Unable to start VMs under a lxc container

Bug #1486296 reported by Adam Stokes
16
This bug affects 1 person
Affects Status Importance Assigned to Milestone
libvirt (Ubuntu)
Invalid
High
Unassigned
Vivid
Fix Released
High
Unassigned
Wily
Invalid
High
Unassigned

Bug Description

====================================================
1. Impact: cannot start vms inside a container
2. Devel solution: drop the cgmanager patches
3. Stable solution: same as devel solution
4. Test case: see comment #7 below for a very detailed and easy to use example
5. Regression potential: There should be no regressions, and the lp:qa-regression-tests passed.
====================================================

Our installer attempts to load VM's within an lxc container.

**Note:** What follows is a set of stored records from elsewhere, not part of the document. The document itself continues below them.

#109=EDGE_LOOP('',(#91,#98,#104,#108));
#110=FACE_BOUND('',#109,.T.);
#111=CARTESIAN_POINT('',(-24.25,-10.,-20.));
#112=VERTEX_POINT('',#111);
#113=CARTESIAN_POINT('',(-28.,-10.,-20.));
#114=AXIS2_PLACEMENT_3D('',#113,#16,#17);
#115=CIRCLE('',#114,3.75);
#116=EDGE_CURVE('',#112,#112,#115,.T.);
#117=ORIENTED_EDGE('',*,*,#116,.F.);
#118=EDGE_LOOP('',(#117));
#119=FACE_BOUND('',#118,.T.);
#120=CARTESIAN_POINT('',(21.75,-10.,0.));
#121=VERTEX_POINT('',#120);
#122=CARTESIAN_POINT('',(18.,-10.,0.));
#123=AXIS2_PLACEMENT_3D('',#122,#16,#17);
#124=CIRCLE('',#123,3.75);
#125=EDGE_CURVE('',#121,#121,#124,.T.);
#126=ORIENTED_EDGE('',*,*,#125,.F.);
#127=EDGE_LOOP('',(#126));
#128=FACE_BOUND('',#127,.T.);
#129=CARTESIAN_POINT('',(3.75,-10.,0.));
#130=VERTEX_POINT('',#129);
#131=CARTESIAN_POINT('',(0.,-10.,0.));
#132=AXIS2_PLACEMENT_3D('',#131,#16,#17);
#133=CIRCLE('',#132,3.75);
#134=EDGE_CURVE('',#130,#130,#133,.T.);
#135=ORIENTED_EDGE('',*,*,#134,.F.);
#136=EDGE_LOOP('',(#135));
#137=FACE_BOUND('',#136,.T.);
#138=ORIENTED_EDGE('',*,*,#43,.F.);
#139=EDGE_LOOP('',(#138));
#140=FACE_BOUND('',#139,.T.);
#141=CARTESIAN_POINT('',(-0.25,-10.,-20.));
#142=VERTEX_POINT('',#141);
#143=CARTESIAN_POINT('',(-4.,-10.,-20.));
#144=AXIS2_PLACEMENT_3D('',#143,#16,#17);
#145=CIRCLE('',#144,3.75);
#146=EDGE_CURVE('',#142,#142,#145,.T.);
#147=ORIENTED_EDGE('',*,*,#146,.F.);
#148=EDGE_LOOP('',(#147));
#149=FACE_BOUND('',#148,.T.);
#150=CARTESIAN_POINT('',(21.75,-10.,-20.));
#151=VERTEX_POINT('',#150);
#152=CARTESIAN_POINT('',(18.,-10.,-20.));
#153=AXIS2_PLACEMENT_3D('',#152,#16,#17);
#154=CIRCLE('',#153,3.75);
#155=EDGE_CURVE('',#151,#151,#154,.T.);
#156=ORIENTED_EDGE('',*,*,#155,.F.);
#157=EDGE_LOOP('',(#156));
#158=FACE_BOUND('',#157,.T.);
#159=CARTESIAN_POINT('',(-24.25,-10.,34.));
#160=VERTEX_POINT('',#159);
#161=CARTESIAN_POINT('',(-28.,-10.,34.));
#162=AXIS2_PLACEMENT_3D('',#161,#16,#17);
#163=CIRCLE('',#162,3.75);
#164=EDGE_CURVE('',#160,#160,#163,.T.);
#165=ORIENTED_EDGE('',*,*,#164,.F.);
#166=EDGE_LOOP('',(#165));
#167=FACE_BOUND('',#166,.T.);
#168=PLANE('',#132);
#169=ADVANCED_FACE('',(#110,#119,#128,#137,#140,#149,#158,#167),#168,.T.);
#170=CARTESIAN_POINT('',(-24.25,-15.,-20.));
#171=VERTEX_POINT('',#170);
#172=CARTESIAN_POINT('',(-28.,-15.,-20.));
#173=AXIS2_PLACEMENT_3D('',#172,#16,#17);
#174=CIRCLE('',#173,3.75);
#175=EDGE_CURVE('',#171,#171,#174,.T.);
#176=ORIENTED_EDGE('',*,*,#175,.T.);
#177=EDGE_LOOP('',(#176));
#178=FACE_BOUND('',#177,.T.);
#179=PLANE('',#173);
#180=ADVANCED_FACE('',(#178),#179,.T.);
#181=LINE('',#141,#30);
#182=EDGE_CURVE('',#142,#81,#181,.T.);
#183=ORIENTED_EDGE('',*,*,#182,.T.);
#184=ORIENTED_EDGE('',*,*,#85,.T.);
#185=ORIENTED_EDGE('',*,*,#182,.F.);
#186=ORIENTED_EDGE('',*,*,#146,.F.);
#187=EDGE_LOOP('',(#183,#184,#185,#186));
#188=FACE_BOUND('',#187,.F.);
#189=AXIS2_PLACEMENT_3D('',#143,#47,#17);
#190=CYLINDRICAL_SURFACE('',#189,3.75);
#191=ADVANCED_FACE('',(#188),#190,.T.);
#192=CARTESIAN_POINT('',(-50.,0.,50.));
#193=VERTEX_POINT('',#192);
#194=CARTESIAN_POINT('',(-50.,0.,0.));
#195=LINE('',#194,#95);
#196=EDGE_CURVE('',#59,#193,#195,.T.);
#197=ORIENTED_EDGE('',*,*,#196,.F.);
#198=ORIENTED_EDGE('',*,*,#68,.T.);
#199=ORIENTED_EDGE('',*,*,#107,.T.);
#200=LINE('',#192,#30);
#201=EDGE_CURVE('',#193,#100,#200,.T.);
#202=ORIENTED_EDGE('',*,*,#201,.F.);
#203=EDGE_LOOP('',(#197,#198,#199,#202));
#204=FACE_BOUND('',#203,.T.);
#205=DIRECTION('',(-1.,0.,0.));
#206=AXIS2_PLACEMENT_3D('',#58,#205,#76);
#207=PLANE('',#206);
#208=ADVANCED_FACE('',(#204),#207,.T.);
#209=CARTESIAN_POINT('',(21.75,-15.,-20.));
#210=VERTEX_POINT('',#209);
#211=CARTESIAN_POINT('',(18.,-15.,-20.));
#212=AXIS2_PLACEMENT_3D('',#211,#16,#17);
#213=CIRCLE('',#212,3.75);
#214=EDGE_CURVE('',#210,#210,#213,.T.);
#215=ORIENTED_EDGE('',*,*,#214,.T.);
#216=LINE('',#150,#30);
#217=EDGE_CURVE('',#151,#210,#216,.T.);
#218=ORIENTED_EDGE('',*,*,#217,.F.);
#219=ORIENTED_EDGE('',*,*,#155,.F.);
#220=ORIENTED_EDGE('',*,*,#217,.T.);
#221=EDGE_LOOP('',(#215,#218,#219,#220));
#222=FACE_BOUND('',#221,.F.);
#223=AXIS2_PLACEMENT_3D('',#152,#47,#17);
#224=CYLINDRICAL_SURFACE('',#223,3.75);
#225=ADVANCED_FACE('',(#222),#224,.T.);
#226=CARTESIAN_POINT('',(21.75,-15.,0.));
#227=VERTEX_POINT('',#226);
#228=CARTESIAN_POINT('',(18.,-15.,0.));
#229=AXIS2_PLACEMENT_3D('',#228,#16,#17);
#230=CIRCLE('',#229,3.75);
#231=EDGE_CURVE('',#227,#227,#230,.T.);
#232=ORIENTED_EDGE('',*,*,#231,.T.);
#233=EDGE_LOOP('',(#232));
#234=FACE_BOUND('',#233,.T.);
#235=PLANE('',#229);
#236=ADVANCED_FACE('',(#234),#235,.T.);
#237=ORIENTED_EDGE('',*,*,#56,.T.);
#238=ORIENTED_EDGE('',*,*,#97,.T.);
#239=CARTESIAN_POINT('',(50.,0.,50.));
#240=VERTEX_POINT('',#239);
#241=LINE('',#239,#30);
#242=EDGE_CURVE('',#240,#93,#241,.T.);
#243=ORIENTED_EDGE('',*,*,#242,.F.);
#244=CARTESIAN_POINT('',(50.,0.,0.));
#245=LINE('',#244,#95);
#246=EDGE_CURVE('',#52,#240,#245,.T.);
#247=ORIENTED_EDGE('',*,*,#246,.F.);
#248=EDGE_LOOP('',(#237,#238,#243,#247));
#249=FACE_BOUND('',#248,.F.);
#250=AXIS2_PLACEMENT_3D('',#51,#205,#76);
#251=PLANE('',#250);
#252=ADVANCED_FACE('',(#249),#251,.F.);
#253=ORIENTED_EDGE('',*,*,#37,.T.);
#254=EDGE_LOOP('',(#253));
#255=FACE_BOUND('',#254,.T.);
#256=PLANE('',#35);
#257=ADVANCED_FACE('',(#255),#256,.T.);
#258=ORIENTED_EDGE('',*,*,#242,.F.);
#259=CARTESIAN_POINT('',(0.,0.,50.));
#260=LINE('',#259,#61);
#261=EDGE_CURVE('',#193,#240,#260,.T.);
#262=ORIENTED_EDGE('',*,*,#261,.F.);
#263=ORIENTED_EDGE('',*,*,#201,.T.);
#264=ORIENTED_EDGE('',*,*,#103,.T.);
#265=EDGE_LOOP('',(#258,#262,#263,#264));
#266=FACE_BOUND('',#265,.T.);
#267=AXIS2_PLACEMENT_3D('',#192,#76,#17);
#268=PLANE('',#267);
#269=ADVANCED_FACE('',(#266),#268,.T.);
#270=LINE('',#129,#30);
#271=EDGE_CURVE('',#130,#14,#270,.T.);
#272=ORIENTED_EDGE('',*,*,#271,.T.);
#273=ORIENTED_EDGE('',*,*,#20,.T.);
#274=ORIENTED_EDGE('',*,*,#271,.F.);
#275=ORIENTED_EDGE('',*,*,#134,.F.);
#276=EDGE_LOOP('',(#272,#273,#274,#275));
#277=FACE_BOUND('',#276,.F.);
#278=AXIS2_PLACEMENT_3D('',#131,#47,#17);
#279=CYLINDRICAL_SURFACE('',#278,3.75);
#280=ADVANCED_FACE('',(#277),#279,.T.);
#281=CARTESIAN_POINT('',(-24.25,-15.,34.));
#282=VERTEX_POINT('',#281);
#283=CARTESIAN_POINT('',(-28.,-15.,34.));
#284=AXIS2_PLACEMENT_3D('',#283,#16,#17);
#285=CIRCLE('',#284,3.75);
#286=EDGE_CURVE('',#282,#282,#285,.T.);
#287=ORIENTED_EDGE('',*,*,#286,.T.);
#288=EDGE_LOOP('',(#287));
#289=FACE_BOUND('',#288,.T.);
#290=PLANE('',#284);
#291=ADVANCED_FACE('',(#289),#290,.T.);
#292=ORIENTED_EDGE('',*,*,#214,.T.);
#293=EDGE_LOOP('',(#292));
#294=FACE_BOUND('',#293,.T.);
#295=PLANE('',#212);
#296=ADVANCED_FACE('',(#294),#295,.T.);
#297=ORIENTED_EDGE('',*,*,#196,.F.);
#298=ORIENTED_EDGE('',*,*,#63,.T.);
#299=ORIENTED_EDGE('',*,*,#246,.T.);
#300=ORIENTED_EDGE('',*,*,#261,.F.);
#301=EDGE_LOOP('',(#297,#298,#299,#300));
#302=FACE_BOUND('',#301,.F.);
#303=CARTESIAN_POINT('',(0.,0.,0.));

This worked on trusty, however, with the latest releases from vivid and wily those VM's are unable to start. This affects running juju-local within a container as well.

We think it has something to do with cgmanager/cgproxy, however, we can manually run and launch qemu just fine within the container. This could potentially be an issue with libvirt attempt to set cgroup values for the qemu processes.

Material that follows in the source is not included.